Although it was getting really late by now no one wanted to get into bed and go to sleep.
“Tell us a story, Frankie,” Kenny said.
“What kind of story?”
“Scary,” said Lyndz, grinning, “at least a bit scary.”
“Yeah, full of blood and guts,” Kenny said, drawing her top lip back and baring her teeth so she looked like a vampire.
But being scared half to death in her own bedroom was not one of the things Fliss was up for. “I don’t do scary,” she said firmly. “I’ll have nightmares.”
“Not with us here, you won’t,” Kenny promised. Famous last words.
While the other two sat right beside her with their arms round her shoulders, I made up this story about a bloodsucking vampire called Vladimir that lives at the top of the Clock Tower in the middle of Leicester.
“He can make himself invisible so he can slip into your bags and follow you home when you’ve been shopping,” I told them.
“Don’t say that,” Fliss begged. “I’m always round there shopping with my mum. I’ll never dare go again,” she wailed.
“For goodness sake, it’s a story,” Kenny said. “Get on with it, Frankie.”
“One day he slipped into the shopping bag of a girl called F-f-f…

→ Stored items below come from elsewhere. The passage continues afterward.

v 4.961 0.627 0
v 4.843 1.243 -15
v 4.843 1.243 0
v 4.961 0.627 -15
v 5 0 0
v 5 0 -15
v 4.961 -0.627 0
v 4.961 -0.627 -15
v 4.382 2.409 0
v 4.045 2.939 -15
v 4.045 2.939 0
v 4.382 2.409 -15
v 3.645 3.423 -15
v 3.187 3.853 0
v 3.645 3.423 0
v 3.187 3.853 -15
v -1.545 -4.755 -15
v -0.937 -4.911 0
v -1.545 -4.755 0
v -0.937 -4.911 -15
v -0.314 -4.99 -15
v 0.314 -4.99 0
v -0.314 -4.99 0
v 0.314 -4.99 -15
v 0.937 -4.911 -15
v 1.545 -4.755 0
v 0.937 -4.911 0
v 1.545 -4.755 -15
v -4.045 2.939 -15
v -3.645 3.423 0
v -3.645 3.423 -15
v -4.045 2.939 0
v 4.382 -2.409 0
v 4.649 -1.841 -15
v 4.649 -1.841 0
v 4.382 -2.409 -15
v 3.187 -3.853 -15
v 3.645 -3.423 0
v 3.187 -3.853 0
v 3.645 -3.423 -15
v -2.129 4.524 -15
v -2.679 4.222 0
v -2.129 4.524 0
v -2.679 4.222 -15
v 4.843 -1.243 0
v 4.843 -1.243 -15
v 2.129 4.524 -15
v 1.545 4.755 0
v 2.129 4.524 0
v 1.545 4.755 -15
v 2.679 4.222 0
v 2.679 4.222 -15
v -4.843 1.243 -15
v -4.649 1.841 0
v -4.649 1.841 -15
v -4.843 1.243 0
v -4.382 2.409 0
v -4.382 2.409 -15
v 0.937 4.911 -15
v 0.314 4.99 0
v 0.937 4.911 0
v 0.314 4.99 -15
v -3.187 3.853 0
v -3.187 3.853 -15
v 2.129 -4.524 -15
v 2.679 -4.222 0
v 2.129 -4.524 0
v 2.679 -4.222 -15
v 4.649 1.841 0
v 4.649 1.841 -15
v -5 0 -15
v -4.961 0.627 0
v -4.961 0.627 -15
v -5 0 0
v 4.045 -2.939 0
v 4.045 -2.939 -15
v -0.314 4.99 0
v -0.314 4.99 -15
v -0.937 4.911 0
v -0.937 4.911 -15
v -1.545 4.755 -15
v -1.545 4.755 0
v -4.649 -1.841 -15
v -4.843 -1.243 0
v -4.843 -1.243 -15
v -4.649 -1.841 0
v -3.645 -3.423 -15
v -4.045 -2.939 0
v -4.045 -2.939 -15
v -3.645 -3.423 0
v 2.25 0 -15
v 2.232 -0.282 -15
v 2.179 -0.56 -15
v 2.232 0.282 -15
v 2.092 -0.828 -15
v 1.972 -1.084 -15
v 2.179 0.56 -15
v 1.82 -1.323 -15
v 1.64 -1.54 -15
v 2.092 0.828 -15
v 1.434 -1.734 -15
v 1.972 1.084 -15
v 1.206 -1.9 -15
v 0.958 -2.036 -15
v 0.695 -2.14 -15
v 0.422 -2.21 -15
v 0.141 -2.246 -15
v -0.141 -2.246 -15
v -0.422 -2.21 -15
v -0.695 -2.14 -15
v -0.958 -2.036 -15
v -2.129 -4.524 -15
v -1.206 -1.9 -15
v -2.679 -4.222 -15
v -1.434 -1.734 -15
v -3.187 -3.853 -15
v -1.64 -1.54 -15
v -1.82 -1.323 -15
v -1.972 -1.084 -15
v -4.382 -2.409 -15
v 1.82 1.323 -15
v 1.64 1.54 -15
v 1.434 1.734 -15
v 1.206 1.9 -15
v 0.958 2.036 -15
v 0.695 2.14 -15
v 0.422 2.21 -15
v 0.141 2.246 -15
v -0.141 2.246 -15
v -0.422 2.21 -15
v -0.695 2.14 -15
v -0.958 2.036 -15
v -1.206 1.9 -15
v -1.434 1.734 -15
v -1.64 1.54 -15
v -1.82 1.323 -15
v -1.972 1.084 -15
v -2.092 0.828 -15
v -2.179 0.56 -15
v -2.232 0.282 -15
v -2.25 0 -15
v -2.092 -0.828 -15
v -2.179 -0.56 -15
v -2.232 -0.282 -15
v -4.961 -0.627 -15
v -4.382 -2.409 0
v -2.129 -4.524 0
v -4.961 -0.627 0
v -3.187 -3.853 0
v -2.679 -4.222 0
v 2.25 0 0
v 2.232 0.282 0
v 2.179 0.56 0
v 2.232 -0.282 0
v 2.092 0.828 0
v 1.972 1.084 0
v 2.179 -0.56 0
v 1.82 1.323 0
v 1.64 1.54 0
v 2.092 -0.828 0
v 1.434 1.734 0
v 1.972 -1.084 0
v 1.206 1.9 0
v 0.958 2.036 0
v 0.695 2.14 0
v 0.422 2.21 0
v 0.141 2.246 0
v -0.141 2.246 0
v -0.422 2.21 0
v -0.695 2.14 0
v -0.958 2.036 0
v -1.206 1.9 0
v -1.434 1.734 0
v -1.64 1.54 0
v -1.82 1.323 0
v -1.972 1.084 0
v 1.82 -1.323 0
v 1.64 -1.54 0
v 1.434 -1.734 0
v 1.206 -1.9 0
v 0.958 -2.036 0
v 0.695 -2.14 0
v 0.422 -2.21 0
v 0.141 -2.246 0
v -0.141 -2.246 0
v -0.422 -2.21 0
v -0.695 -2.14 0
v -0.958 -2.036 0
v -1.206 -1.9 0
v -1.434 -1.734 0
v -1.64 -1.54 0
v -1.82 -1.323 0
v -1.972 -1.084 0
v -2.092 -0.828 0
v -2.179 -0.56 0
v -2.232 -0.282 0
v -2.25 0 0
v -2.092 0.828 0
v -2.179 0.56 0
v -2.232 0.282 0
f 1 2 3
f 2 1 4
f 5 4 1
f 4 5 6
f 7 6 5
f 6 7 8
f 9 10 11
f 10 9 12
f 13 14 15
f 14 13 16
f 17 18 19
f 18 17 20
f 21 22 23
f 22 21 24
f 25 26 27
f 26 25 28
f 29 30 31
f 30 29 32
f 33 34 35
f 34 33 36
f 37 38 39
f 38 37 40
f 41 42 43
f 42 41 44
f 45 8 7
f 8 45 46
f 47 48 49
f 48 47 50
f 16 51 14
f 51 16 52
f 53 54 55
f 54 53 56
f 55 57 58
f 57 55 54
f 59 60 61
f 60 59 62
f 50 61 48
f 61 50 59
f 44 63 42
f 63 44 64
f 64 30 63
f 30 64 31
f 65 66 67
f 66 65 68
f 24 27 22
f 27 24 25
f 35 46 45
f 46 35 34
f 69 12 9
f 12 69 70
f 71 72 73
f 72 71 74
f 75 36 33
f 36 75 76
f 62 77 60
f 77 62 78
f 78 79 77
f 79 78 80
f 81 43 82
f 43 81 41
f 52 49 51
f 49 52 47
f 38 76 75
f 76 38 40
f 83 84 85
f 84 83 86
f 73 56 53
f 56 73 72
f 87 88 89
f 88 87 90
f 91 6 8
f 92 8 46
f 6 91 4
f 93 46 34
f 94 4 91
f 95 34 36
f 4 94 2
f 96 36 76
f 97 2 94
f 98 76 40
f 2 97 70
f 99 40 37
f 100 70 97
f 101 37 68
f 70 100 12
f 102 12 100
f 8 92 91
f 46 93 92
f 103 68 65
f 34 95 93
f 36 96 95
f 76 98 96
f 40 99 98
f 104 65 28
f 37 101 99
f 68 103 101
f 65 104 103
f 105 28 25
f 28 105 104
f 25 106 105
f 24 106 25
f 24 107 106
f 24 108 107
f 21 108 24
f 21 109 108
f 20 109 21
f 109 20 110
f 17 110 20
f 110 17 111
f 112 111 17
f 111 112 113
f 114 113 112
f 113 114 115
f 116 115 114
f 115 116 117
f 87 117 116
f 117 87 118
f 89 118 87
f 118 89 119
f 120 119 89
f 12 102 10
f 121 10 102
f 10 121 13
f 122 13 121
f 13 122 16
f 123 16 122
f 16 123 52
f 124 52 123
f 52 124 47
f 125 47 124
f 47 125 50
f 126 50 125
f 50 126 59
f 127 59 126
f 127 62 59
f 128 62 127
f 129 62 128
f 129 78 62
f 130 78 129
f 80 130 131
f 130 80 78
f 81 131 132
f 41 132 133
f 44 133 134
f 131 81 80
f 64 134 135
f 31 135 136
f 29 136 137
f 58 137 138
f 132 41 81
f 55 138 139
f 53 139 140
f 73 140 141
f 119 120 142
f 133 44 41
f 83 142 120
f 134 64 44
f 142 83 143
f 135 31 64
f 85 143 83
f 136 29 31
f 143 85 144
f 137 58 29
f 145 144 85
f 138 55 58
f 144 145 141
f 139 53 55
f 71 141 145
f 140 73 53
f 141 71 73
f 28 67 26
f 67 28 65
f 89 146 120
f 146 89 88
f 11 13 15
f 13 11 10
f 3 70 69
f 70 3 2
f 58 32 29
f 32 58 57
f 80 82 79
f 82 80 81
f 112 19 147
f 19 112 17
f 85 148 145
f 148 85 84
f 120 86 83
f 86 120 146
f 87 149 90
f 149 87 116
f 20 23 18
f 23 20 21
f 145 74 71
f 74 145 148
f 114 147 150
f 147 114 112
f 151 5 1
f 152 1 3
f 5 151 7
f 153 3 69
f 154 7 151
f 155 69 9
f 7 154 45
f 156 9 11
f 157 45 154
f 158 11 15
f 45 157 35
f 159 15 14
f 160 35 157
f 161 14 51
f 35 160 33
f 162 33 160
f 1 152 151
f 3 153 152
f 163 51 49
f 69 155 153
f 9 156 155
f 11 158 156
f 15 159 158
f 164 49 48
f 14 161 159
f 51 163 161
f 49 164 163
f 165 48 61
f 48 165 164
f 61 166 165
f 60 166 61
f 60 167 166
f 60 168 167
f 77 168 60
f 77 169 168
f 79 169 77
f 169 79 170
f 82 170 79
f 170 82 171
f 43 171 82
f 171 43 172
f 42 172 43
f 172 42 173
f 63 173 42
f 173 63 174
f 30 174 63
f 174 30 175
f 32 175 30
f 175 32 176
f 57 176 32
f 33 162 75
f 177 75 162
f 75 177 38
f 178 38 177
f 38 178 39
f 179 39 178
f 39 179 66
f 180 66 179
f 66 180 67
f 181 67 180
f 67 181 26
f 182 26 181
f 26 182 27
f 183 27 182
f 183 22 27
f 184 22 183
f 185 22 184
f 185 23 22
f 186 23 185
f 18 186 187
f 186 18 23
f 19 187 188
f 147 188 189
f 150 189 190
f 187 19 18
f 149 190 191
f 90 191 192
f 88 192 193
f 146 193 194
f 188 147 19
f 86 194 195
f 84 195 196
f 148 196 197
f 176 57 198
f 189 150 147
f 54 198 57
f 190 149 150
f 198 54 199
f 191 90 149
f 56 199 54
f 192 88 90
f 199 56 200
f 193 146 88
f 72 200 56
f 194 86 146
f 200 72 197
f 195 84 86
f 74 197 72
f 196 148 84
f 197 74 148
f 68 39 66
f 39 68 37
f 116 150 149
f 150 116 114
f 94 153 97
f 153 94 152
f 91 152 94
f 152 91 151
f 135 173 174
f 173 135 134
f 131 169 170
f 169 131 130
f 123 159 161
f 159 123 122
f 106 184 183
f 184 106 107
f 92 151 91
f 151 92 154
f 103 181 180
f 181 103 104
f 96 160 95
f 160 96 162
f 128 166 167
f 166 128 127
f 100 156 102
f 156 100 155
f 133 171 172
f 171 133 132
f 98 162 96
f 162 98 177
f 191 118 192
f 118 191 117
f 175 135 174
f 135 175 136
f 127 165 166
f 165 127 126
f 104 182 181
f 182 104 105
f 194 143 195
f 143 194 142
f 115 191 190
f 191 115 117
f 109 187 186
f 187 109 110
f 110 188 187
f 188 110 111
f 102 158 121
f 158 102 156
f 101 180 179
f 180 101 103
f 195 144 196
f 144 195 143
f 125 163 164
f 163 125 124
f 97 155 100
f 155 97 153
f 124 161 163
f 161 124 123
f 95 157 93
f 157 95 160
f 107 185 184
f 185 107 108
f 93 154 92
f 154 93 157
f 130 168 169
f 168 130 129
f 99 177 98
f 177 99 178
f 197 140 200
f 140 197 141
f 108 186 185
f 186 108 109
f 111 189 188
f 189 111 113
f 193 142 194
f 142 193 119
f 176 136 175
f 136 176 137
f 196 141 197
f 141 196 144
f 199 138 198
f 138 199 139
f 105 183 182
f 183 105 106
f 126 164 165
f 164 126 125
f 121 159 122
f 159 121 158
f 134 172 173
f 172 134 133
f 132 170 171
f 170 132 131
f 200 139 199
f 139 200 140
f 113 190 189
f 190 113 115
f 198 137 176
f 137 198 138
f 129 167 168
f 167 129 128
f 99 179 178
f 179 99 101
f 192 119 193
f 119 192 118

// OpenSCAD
$fn = 50;


difference() {
	union() {
		translate(v = [0, 0, -15.0000000000]) {
			cylinder(h = 15, r = 5.0000000000);
		}
		cylinder(h = 0, r = 8.0000000000);
	}
	union() {
		#translate(v = [0, 0, -15]) {
			cylinder(h = 15, r = 2.2500000000);
		}
	}
}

“Oh, don’t make it Fliss,” she begged.
“Fiona,” I said. “When she got home Fiona opened her shopping to show her sister and little did she realise that the vampire had slipped out unseen into her bedroom, waiting for his moment to re-materialise.”
While I was telling the story I shone my torch under my chin and grinned, which Fliss said made me look really spooky and a bit like a vampire.
“Later,” I went on, “when the girl was lying in bed, all on her own, Vladimir slid over and sank his long vampire’s teeth into her soft white neck…”
When I looked over at Fliss she was holding on to her own neck as if she thought the vampire was in the room with us. By the time I’d finished even Lyndz was looking a bit sick. Kenny, of course, was grinning from ear to ear. She loves talking about blood so much I sometimes think she might have been a vampire herself in a previous life.